K&R is a good book to have for historic reasons. It shows what programming C was like in the early days before ANSI C was the standard. I keep my copy of K&R right next to Griiswald's "SNOBOL" book, the MIT LISP 1.4 manual and Wirth's Pascal book. All of these are classics that are decades out of date. I got into programming back when Unix was the hot new thing in the early 70s

Today if you don't know what dot-H file to include just look up the man page for that funtion. I cut and paste the #include right out of the man page. After doing this a few times you learn the common ones.
 

ScoobyMcDoo

macrumors 65816
Nov 26, 2007
1,188
37
Austin, TX
Hmmm. I have the first edition still - it doesn't mention the syscalls.h file. Not sure why it would for that example. On my linux box, there is a syscalls.h file, but it would not be needed for this example.

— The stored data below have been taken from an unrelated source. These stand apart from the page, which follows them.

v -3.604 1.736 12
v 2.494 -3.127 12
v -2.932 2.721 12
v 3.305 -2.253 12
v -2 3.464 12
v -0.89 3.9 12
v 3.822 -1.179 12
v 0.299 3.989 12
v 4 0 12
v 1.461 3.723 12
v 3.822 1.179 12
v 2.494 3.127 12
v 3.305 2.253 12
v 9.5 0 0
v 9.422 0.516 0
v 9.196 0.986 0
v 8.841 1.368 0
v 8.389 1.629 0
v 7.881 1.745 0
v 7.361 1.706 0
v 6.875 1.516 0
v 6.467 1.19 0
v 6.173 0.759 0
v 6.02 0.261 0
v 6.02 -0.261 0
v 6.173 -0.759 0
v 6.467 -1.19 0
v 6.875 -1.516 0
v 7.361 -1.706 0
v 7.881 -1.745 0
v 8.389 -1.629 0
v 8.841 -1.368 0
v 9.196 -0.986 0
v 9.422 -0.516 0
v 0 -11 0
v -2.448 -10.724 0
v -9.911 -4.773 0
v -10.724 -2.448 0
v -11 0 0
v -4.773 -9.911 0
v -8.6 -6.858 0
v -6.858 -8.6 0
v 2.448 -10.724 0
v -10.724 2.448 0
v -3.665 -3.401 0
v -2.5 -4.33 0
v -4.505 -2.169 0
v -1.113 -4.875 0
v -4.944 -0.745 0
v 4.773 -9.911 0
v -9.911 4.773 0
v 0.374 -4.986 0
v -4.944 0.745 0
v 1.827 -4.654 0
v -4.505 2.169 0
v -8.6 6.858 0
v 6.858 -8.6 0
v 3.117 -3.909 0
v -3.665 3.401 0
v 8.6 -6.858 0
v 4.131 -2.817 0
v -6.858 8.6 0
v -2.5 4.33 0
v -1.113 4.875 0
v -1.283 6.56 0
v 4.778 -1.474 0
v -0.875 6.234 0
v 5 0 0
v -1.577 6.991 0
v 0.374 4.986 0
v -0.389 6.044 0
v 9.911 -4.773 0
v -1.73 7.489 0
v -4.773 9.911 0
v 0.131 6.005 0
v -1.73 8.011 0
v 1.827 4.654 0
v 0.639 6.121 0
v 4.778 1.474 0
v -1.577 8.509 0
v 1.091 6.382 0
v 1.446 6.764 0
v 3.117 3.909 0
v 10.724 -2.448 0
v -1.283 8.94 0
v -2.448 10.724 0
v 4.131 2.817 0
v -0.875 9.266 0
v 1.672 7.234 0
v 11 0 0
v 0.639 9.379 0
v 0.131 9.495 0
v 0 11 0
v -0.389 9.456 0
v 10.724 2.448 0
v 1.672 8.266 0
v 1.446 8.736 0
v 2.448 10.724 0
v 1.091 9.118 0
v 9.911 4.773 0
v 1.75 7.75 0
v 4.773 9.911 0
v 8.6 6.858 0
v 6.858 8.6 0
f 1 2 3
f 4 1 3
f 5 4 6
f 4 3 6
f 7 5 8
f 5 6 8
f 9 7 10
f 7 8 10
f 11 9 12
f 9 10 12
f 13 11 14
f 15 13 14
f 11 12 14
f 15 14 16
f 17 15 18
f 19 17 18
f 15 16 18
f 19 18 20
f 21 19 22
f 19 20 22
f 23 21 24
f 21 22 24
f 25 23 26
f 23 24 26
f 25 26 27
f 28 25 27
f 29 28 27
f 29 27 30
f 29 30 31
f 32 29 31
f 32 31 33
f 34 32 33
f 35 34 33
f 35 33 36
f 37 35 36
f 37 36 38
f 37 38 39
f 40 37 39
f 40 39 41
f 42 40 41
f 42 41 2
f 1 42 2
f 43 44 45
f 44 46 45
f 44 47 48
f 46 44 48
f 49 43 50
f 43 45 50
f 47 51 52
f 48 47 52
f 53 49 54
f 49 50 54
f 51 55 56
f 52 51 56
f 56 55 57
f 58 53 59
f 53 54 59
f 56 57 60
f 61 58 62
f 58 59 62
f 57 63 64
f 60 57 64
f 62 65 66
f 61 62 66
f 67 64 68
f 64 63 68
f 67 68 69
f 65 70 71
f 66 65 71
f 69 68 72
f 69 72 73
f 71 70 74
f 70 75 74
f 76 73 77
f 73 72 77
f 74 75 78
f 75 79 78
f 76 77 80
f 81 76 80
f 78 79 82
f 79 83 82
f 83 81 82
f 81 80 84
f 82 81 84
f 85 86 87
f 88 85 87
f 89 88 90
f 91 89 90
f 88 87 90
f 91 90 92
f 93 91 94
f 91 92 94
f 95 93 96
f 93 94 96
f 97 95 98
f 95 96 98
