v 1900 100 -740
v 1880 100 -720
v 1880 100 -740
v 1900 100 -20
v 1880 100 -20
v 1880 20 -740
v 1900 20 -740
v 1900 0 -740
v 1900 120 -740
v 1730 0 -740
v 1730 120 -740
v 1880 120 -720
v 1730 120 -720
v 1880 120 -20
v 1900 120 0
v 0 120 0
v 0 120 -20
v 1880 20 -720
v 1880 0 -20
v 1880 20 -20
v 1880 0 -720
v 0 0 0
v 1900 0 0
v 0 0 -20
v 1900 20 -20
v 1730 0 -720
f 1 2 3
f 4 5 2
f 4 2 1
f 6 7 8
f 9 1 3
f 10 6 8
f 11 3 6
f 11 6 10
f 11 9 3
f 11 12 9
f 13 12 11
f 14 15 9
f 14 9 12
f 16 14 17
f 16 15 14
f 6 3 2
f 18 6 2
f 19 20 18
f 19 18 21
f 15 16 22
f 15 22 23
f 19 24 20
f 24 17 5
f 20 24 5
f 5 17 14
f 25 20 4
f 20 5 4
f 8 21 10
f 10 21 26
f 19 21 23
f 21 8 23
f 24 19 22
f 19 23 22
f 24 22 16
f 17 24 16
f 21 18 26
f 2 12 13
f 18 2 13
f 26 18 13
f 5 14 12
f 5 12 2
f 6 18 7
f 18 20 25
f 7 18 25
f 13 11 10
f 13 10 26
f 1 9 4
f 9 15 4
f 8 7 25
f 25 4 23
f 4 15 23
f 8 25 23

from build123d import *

# Parameters (mm, degrees)
F0_W     = 1900
F0_H     = 120
F1_DEPTH = 20
F2_W     = 20
F2_H     = 20
F3_DEPTH = 720
F4_W     = 150
F4_H     = 20
F5_DEPTH = 120


with BuildPart() as f1:
    # F0 (on Top) → F1 (new body)
    with BuildSketch(Plane.XY):
        with Locations((950, 60)):
            Rectangle(F0_W, F0_H)
    extrude(amount=-F1_DEPTH)

    # F2 (on face) → F3 (join)
    with BuildSketch(Plane(origin=(0, 0, -20), x_dir=(1, 0, 0), z_dir=(0, 0, -1))):
        with Locations((1890, -110)):
            Rectangle(F2_W, F2_H)
        with Locations((1890, -10)):
            Rectangle(F2_W, F2_H)
    extrude(amount=F3_DEPTH)

    # F4 (on face) → F5 (join)
    with BuildSketch(Plane(origin=(0, 120, 0), x_dir=(-1, 0, 0), z_dir=(0, 1, 0))):
        with Locations((-1805, -730)):
            Rectangle(F4_W, F4_H)
    extrude(amount=-F5_DEPTH)


solid = f1.part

As ChrisA said, use the man page - in your case type "man 2 read" and it will tell you what headers you need to include:

NAME
pread, read, readv -- read input

LIBRARY
Standard C Library (libc, -lc)

SYNOPSIS
#include <sys/types.h>
#include <sys/uio.h>
#include <unistd.h>
 

pilotError

macrumors 68020
Apr 12, 2006
2,237
4
Long Island
In chapter 1 or 2 of the book, they created a header for all the future examples in the book. That's what the include file is.

I'm sure if you look in the TOC, you'll find the page number of the listing.
 

psingh01

macrumors 68000
Apr 19, 2004
1,586
629
sounds like it is a file they created themselves like other say. might even be listed in the book.